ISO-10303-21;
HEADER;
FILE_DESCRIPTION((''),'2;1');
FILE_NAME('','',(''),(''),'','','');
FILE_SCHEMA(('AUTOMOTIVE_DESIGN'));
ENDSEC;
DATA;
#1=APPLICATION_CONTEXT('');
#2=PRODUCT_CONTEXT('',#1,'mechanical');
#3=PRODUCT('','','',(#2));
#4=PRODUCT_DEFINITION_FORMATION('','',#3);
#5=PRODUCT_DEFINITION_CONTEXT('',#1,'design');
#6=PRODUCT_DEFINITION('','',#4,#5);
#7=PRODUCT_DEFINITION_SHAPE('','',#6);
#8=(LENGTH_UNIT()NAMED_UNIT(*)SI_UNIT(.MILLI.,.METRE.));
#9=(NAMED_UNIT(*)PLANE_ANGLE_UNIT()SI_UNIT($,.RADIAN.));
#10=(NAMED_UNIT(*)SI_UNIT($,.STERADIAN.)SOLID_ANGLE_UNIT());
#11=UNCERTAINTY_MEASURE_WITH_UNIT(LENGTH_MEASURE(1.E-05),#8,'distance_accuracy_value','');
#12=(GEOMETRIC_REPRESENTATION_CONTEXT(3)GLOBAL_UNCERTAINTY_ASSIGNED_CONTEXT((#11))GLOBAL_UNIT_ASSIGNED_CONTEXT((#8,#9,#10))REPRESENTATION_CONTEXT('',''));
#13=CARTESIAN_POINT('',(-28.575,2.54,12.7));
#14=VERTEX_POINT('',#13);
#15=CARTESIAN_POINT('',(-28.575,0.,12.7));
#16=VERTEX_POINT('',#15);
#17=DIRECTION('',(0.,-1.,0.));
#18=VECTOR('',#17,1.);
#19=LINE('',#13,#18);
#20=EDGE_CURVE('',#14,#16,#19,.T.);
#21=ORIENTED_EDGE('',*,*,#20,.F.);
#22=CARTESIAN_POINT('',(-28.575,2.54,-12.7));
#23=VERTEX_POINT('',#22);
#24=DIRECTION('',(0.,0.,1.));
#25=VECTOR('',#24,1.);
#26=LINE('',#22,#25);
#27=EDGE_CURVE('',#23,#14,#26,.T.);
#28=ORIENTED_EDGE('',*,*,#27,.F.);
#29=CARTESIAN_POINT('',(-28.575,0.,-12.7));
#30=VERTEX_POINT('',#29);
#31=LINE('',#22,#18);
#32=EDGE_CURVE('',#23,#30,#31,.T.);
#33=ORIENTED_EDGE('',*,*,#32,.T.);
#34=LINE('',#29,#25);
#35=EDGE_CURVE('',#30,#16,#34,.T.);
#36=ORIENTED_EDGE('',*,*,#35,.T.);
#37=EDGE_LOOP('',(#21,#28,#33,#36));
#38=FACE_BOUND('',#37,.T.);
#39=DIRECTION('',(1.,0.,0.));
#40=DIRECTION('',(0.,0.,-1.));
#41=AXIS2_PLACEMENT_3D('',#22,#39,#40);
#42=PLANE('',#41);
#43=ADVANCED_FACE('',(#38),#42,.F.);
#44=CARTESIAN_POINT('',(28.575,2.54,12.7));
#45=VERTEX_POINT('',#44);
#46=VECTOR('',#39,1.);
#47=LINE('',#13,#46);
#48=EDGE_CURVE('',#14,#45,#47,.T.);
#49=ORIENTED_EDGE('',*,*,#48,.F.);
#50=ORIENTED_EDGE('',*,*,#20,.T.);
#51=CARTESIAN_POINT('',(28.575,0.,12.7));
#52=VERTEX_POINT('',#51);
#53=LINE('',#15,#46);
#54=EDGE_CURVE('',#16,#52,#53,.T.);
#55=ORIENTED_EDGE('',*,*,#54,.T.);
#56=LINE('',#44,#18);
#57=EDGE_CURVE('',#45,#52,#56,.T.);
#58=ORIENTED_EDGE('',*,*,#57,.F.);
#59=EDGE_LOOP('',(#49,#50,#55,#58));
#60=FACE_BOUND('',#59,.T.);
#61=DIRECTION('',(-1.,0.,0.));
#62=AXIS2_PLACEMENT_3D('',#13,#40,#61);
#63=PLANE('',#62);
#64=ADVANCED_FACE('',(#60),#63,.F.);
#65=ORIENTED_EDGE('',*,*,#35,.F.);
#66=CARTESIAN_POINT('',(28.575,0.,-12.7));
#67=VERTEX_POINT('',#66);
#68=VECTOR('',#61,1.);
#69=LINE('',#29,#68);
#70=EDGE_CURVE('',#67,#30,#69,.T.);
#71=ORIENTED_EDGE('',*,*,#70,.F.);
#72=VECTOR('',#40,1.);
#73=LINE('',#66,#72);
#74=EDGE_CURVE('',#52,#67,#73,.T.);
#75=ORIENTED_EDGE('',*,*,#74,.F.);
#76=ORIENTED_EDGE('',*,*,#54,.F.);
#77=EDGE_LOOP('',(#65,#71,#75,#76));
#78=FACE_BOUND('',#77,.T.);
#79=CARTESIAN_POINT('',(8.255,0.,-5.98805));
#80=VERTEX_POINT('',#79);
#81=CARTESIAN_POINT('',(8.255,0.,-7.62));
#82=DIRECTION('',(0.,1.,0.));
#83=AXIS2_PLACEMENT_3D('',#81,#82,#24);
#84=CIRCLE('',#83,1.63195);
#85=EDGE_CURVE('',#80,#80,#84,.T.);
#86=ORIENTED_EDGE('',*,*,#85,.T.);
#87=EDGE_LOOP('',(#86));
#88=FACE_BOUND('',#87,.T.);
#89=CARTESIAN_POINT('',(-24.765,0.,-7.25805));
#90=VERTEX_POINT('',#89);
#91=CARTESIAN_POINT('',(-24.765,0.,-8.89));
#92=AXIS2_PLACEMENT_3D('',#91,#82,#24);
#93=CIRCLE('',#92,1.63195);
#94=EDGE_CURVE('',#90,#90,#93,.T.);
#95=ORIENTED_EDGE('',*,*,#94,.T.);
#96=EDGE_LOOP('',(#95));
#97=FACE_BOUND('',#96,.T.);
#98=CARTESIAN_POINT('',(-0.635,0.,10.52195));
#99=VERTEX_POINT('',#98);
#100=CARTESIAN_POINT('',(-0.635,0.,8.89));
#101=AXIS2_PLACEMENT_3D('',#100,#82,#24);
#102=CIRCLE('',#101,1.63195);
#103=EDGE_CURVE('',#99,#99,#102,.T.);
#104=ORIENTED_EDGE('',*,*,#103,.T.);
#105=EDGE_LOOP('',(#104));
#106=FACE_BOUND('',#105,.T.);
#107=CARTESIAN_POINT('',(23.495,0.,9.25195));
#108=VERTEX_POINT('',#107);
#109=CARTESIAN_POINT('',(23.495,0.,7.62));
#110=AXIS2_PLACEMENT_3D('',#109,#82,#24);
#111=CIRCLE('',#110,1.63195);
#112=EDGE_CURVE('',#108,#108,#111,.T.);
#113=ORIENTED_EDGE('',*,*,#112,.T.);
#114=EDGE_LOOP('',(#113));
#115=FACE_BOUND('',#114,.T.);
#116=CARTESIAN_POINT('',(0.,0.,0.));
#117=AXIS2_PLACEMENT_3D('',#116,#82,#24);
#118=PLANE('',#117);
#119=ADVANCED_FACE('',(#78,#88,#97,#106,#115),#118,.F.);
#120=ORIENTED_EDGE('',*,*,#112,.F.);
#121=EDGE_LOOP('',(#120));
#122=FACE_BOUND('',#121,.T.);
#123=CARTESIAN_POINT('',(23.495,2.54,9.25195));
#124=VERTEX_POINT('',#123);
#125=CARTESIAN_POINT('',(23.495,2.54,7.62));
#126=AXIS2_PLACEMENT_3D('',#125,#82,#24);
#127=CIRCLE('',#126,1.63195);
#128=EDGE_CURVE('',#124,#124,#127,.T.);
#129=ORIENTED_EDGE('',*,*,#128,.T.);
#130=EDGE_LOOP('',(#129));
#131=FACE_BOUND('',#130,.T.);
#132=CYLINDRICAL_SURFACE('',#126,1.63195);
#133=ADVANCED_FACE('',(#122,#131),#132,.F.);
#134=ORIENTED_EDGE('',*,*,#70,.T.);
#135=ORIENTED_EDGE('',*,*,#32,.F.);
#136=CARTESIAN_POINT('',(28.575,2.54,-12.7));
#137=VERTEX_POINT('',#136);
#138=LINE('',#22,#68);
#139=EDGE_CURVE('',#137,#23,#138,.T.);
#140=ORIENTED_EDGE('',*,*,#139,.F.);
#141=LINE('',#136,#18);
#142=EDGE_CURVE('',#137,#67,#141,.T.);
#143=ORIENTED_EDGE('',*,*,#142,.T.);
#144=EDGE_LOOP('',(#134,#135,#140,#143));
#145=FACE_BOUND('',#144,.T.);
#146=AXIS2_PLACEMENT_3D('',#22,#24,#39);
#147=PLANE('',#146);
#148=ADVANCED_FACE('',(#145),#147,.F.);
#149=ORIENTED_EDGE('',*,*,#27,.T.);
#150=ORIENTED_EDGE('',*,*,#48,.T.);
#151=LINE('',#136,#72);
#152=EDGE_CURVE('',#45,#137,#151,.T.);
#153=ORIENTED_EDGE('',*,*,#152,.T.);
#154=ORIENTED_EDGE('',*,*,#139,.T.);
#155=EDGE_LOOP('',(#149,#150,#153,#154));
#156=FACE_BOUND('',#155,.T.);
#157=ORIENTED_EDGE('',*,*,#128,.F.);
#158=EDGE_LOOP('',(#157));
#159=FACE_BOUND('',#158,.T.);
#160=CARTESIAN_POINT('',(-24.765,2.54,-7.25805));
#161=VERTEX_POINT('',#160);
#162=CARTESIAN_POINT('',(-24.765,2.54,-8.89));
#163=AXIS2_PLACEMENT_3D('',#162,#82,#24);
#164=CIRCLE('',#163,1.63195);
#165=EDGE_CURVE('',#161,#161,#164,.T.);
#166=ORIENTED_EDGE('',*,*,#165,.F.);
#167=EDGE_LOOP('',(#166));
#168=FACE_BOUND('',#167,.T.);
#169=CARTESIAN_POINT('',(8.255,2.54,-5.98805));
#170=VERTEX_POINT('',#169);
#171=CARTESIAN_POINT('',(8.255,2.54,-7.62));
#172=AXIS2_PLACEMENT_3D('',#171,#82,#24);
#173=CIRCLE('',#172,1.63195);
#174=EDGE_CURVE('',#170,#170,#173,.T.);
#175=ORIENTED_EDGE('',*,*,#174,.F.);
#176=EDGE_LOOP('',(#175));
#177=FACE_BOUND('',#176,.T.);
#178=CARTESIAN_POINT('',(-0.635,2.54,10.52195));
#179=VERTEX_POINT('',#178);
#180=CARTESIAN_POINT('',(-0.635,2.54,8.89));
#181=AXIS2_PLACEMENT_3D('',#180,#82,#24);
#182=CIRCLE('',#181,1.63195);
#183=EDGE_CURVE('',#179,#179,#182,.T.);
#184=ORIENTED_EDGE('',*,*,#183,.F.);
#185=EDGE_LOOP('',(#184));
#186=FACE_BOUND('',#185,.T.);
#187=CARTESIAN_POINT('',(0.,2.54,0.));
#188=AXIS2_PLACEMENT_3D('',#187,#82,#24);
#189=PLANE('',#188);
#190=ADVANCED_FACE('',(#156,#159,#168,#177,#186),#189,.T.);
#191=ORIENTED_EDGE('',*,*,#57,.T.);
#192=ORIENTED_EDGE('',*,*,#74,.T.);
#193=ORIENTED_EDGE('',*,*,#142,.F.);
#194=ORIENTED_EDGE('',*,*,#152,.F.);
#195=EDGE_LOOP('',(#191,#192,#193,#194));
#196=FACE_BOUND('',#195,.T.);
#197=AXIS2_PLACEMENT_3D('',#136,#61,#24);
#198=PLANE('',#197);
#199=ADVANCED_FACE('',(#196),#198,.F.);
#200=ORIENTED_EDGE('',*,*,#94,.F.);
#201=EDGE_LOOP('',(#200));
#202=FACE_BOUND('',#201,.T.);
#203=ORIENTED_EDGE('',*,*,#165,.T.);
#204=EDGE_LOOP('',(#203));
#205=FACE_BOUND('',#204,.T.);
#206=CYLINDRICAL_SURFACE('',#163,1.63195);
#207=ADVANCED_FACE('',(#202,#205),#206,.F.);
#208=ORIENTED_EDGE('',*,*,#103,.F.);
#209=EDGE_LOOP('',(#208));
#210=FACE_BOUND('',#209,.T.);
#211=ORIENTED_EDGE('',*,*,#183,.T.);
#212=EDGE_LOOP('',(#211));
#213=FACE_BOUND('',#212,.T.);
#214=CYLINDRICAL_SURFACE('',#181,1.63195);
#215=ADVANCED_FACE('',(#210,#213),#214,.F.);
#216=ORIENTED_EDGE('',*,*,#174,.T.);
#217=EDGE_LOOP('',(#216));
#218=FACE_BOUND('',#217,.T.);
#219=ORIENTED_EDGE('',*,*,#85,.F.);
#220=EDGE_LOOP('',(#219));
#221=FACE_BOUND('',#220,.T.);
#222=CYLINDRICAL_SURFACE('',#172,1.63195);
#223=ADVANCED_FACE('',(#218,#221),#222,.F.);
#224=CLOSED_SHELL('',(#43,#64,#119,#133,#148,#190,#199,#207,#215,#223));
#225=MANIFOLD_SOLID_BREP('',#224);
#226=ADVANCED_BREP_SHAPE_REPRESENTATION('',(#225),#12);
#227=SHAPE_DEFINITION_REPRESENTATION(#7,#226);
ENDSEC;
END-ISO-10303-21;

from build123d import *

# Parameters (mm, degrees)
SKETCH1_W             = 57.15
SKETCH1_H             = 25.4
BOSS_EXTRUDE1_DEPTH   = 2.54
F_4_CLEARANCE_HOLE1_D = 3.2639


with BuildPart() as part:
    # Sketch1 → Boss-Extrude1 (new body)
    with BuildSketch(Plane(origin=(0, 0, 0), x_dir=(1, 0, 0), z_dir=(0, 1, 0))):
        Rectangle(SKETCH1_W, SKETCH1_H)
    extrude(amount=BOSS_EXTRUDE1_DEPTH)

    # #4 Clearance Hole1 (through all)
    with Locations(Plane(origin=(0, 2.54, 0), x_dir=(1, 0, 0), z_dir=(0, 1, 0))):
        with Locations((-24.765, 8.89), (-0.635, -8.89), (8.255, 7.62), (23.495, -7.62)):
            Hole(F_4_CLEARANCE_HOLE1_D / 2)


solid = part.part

# # # # # # #

Start with the line above that contains "#84=CIRCLE('',#83,1.63195);" and end with the line that contains "#90=VERTEX_POINT('',#89);". Write out those lines exactly, and only those.

[Answer section]:
#84=CIRCLE('',#83,1.63195);
#85=EDGE_CURVE('',#80,#80,#84,.T.);
#86=ORIENTED_EDGE('',*,*,#85,.T.);
#87=EDGE_LOOP('',(#86));
#88=FACE_BOUND('',#87,.T.);
#89=CARTESIAN_POINT('',(-24.765,0.,-7.25805));
#90=VERTEX_POINT('',#89);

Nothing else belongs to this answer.